1. Introduction

In a recent article (Raymond & Girolami, 2023), we proposed that a com­pound claimed to contain `a novel, linear, two-coordinate rhodium(I) anionic amide' (Chen et al., 1995; Smith et al., 2014) actually contained a much more chemically plausible linear two-coordinate silver(I) anion instead. Per­suasive evidence that the metal atom in the anion is rhodium and not silver was lacking in the original articles (there was no microanalysis for either Rh or Ag, and no other data that would rule out the presence of silver). In our view, the alternative we proposed is more consistent with both the chemical and the crystallographic data, and therefore should be pre­ferred.

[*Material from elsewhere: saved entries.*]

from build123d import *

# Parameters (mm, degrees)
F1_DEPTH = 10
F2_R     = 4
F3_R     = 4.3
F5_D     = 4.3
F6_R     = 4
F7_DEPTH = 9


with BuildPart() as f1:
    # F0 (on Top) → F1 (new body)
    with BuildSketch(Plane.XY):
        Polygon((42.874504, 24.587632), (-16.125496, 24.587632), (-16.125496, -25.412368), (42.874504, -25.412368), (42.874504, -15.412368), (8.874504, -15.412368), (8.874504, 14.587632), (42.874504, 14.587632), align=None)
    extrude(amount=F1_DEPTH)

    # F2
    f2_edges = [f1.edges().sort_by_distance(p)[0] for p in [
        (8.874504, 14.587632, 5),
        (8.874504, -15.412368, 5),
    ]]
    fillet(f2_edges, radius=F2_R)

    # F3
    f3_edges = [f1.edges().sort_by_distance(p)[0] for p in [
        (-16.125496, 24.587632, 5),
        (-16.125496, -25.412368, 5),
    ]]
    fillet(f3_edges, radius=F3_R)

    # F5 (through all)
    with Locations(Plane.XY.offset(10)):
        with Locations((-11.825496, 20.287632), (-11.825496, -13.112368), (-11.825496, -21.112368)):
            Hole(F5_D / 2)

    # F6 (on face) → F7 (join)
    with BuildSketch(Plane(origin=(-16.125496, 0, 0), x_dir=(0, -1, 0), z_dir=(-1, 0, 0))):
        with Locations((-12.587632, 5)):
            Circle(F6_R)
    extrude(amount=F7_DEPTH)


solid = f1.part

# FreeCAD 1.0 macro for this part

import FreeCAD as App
import Part
import Sketcher
from FreeCAD import Vector


def edges_at(feature, points):
    """Names of the edges that pass closest to the given points."""
    edges = feature.Shape.Edges
    near = lambda p: min(range(len(edges)), key=lambda i: edges[i].distToShape(Part.Vertex(*p))[0])
    return sorted({f"Edge{near(p) + 1}" for p in points})


def add_polygon(sketch, points):
    """Adds a closed chain of lines whose ends are joined by coincident constraints."""
    first, n = sketch.GeometryCount, len(points)
    for a, b in zip(points, points[1:] + points[:1]):
        sketch.addGeometry(Part.LineSegment(App.Vector(*a, 0), App.Vector(*b, 0)), False)
    for i in range(n):
        sketch.addConstraint(Sketcher.Constraint("Coincident", first + i, 2, first + (i + 1) % n, 1))

doc = App.newDocument("Part")
body = doc.addObject("PartDesign::Body", "Body")

sketch1 = body.newObject("Sketcher::SketchObject", "Sketch")
sketch1.AttachmentSupport = (doc.getObject("XY_Plane"), [""])
sketch1.MapMode = "FlatFace"
add_polygon(sketch1, [(43, 25), (-16, 25), (-16, -25), (43, -25), (43, -15), (9, -15), (9, 15), (43, 15)])
sketch1.addConstraint([
    Sketcher.Constraint("Horizontal", 0),
    Sketcher.Constraint("Vertical", 1),
    Sketcher.Constraint("Horizontal", 2),
    Sketcher.Constraint("Vertical", 3),
    Sketcher.Constraint("Horizontal", 4),
    Sketcher.Constraint("Vertical", 5),
    Sketcher.Constraint("Horizontal", 6),
    Sketcher.Constraint("Vertical", 7),
    Sketcher.Constraint("Vertical", 3, 2, 6, 2),
    Sketcher.Constraint("Equal", 3, 7),
    Sketcher.Constraint("DistanceX", 0, 2, 0, 1, 59.0),
    Sketcher.Constraint("DistanceX", 4, 2, 4, 1, 34.0),
    Sketcher.Constraint("DistanceY", 1, 2, 1, 1, 50.0),
    Sketcher.Constraint("DistanceY", 3, 1, 3, 2, 10.0),
    Sketcher.Constraint("DistanceY", -1, 1, 0, 2, 24.587632),
    Sketcher.Constraint("DistanceX", 0, 2, -1, 1, 16.125496),
])
pad1 = body.newObject("PartDesign::Pad", "Pad")
pad1.Profile = sketch1
pad1.Length = 10
doc.recompute()

fillet = body.newObject("PartDesign::Fillet", "Fillet")
fillet.Base = (pad1, edges_at(pad1, [(8.875, 14.588, 5), (8.875, -15.412, 5)]))
fillet.Radius = 4
doc.recompute()

fillet2 = body.newObject("PartDesign::Fillet", "Fillet001")
fillet2.Base = (fillet, edges_at(fillet, [(-16.125, 24.588, 5), (-16.125, -25.412, 5)]))
fillet2.Radius = 4.3

sketch2 = body.newObject("Sketcher::SketchObject", "Sketch001")
sketch2.AttachmentSupport = (doc.getObject("XY_Plane"), [""])
sketch2.MapMode = "FlatFace"
sketch2.AttachmentOffset = App.Placement(Vector(0, 0, 10), App.Rotation())
sketch2.addGeometry([
    Part.Circle(Vector(-11.8, 20.3, 0), Vector(0, 0, 1), 2.1),
    Part.Circle(Vector(-11.8, -13.1, 0), Vector(0, 0, 1), 2.1),
    Part.Circle(Vector(-11.8, -21.1, 0), Vector(0, 0, 1), 2.1),
], False)
sketch2.addConstraint([
    Sketcher.Constraint("Equal", 0, 1),
    Sketcher.Constraint("Equal", 1, 2),
    Sketcher.Constraint("Vertical", 0, 3, 1, 3),
    Sketcher.Constraint("Vertical", 1, 3, 2, 3),
    Sketcher.Constraint("Diameter", 0, 4.3),
    Sketcher.Constraint("DistanceY", 2, 3, 1, 3, 8.0),
    Sketcher.Constraint("DistanceY", 1, 3, 0, 3, 33.4),
    Sketcher.Constraint("DistanceY", -1, 1, 0, 3, 20.287632),
    Sketcher.Constraint("DistanceX", 0, 3, -1, 1, 11.825496),
])
doc.recompute()
hole = body.newObject("PartDesign::Hole", "Hole")
hole.Profile = sketch2
hole.ThreadType = "None"
hole.Diameter = 4.3
hole.DepthType = "ThroughAll"

sketch3 = body.newObject("Sketcher::SketchObject", "Sketch002")
sketch3.AttachmentSupport = (doc.getObject("YZ_Plane"), [""])
sketch3.MapMode = "FlatFace"
sketch3.AttachmentOffset = App.Placement(Vector(0, 0, -16.125496), App.Rotation())
sketch3.addGeometry(Part.Circle(Vector(12.6, 5, 0), Vector(0, 0, 1), 4), False)
sketch3.addConstraint([
    Sketcher.Constraint("Diameter", 0, 8.0),
    Sketcher.Constraint("DistanceY", -1, 1, 0, 3, 5.0),
    Sketcher.Constraint("DistanceX", -1, 1, 0, 3, 12.587632),
])
pad2 = body.newObject("PartDesign::Pad", "Pad001")
pad2.Profile = sketch3
pad2.Length = 9
pad2.Reversed = True

doc.recompute()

Some of the authors of the original articles, however, disagree with our suggested reformulation and have written a rebuttal (Chen et al., 2024). Here we will respond to that rebuttal and provide additional crystallographic evidence that lends further support to our conclusion that the two-coordinate rhodium atom in the crystal is actually silver. Let us be clear: in writing our previous article, we did not intend to question any of Dr Fish's other work on rhodium–DNA chemistry. We intended merely to point out what we strongly believe is an error, as a lesson to others of the importance of combining both chemical and crystallographic expertise.

2. Chemical evidence

Contrary to the claims in the rebuttal, before writing our 2023 article we had thoroughly read the relevant articles; in fact, we were led to our suggested reformulation only after thinking in detail about both the chemical and crystallographic evidence provided in them. We have now carefully considered all of the new arguments in the current rebuttal, and here detail why we find them unconvincing. We will refer to the com­pound at issue, [Rh^I(C₆H₇N₂O₂)₂]₂[Cp*Rh(μ-OH)₃RhCp*]₃(OH)·46.5H₂O,¹ as com­pound 1, where C₆H₇N₂O₂ is a deprotonated 1-methyl­thymine anion.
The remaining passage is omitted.